I wanted to start with where people are at with me, what they think they know about me, but tell them the real story of what happened after the Oscar speech and “Fahrenheit 9/11” came out. So you know that all the stories in this book and all the short stories in the next book are all going to lead to that point.

What misconception do people have about you that you’re trying to correct?

I don’t think there’s a misconception. I think that there has been a fictional character created by Fox News and Rush Limbaugh and Glenn Beck, and that character is using my name, Michael Moore. And they have created an individual who hates America, who does dastardly things and maybe should be deported, if not outright eliminated.

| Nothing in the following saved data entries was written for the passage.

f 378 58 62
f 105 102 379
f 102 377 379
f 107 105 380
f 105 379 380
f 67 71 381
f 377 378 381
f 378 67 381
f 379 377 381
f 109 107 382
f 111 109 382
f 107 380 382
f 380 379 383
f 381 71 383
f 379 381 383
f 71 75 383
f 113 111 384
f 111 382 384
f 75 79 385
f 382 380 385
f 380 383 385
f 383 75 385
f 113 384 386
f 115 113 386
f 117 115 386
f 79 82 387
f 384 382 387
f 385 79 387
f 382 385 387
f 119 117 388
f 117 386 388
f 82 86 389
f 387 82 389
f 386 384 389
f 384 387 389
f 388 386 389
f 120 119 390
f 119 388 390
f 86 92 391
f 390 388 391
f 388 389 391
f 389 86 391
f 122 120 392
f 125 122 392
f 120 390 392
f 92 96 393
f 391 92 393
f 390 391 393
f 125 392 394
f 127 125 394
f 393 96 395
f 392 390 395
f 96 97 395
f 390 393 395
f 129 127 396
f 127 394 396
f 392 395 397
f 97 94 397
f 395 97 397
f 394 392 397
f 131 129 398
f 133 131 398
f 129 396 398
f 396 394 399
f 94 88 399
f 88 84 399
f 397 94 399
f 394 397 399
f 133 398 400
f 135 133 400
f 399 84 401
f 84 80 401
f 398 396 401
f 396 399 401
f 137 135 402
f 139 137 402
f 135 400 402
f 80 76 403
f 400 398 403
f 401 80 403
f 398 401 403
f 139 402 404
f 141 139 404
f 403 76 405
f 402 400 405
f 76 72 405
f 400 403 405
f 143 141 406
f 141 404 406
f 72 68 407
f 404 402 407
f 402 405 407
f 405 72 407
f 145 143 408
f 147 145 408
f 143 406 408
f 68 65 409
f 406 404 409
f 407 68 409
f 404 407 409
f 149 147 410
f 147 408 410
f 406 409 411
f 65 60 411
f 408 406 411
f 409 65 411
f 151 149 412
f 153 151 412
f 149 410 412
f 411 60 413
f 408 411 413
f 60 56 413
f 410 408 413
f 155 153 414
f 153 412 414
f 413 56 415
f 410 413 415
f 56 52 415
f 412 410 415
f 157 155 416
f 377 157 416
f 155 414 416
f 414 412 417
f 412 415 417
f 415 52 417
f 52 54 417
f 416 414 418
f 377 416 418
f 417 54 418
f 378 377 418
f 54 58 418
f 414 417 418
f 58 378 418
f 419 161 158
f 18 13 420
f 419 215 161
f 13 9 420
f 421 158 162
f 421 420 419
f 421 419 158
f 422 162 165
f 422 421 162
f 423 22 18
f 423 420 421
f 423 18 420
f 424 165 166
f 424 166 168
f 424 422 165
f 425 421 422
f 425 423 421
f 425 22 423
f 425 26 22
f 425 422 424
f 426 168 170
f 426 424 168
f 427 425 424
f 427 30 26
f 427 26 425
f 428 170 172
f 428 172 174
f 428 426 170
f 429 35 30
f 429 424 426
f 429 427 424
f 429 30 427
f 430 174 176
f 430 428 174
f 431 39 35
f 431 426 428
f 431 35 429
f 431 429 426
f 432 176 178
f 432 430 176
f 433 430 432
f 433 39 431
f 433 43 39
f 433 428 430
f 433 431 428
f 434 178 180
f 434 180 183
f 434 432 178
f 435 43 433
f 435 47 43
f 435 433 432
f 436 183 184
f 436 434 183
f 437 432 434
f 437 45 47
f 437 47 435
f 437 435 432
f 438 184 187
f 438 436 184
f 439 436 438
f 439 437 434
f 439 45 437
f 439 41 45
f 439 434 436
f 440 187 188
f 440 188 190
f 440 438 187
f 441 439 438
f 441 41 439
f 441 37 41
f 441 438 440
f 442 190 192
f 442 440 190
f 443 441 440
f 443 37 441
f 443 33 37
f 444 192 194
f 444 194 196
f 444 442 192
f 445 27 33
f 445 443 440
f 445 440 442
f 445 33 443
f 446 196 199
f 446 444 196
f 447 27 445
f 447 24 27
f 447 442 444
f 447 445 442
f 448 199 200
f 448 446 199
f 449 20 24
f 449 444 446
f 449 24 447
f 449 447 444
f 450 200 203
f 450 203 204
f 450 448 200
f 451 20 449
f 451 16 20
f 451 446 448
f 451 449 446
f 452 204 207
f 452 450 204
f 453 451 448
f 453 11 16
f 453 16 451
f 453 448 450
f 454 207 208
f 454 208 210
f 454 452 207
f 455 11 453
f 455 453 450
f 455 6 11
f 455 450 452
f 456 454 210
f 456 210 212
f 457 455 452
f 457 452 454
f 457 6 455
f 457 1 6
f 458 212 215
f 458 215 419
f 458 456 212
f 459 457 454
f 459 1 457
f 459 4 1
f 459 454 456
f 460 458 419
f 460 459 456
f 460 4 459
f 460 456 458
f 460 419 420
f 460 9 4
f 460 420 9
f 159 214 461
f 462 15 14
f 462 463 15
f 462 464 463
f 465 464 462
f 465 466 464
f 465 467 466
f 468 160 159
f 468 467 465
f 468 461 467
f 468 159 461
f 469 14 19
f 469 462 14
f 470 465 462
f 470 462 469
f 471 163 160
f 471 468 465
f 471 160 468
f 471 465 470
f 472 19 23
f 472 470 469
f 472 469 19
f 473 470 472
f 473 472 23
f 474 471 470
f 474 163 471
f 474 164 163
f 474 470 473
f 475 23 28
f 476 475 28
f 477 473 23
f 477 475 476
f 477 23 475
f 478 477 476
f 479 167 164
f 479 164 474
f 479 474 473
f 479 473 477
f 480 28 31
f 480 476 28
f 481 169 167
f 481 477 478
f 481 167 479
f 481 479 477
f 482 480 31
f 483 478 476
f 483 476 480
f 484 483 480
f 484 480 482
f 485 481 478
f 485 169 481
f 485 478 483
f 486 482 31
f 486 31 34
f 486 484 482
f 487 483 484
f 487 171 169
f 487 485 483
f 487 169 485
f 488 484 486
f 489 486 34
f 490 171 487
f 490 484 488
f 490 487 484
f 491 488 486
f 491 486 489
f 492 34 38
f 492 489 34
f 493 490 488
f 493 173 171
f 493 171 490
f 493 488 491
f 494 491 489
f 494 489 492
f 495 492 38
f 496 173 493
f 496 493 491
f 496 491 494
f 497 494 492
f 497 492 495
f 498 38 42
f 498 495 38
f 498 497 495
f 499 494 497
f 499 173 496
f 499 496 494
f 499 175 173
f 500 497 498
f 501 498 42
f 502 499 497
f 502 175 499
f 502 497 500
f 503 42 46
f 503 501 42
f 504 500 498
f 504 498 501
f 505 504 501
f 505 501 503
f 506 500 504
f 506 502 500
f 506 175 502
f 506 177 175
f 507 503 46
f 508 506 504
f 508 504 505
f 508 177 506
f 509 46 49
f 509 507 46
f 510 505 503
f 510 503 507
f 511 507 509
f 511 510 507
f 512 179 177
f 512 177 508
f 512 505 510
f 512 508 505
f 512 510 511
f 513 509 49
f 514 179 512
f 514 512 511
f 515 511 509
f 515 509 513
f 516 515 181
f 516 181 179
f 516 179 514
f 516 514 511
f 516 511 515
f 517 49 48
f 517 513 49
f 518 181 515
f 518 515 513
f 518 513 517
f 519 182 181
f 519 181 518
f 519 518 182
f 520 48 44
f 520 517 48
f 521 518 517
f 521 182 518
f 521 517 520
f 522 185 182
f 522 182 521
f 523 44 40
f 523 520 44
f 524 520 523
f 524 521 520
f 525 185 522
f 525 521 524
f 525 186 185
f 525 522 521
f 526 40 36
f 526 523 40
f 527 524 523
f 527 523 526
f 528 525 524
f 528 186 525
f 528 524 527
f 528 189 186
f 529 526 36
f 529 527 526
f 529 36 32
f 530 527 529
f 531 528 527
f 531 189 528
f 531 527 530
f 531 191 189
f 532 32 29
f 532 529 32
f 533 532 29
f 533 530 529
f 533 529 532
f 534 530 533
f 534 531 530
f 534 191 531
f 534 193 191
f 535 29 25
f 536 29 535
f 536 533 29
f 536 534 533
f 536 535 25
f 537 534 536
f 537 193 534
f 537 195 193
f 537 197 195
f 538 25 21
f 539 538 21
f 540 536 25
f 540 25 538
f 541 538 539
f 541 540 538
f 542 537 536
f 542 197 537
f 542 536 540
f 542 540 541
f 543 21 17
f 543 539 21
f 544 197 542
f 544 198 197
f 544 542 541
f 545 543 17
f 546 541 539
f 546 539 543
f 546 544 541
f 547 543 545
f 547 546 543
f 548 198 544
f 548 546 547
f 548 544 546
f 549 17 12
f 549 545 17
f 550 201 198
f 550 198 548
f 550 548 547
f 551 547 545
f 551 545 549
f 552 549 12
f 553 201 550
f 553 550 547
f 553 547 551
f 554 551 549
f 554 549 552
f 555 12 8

Do you mean that literally?

Yes, they have actually called for that — both Glenn Beck and Bill O’Reilly have made comments on the air about their wish for my execution. [O’Reilly has said he was joking.] How do I counter the big lie about me that they’ve created for their audience? Where I live in Michigan, I live in a county that’s majority Republican, and they vote for Republicans — they voted both times for [George W.] Bush. The local businessmen and -women gave me, for lack of a better term, their businessman of the year award because of the economic development things I’ve done to help out the town that I live in. So not a day goes by in the town where I live where a Republican doesn’t stop and shake my hand or thank me. Because they know the real person. And they stopped listening to the fictional creation presented by Fox News.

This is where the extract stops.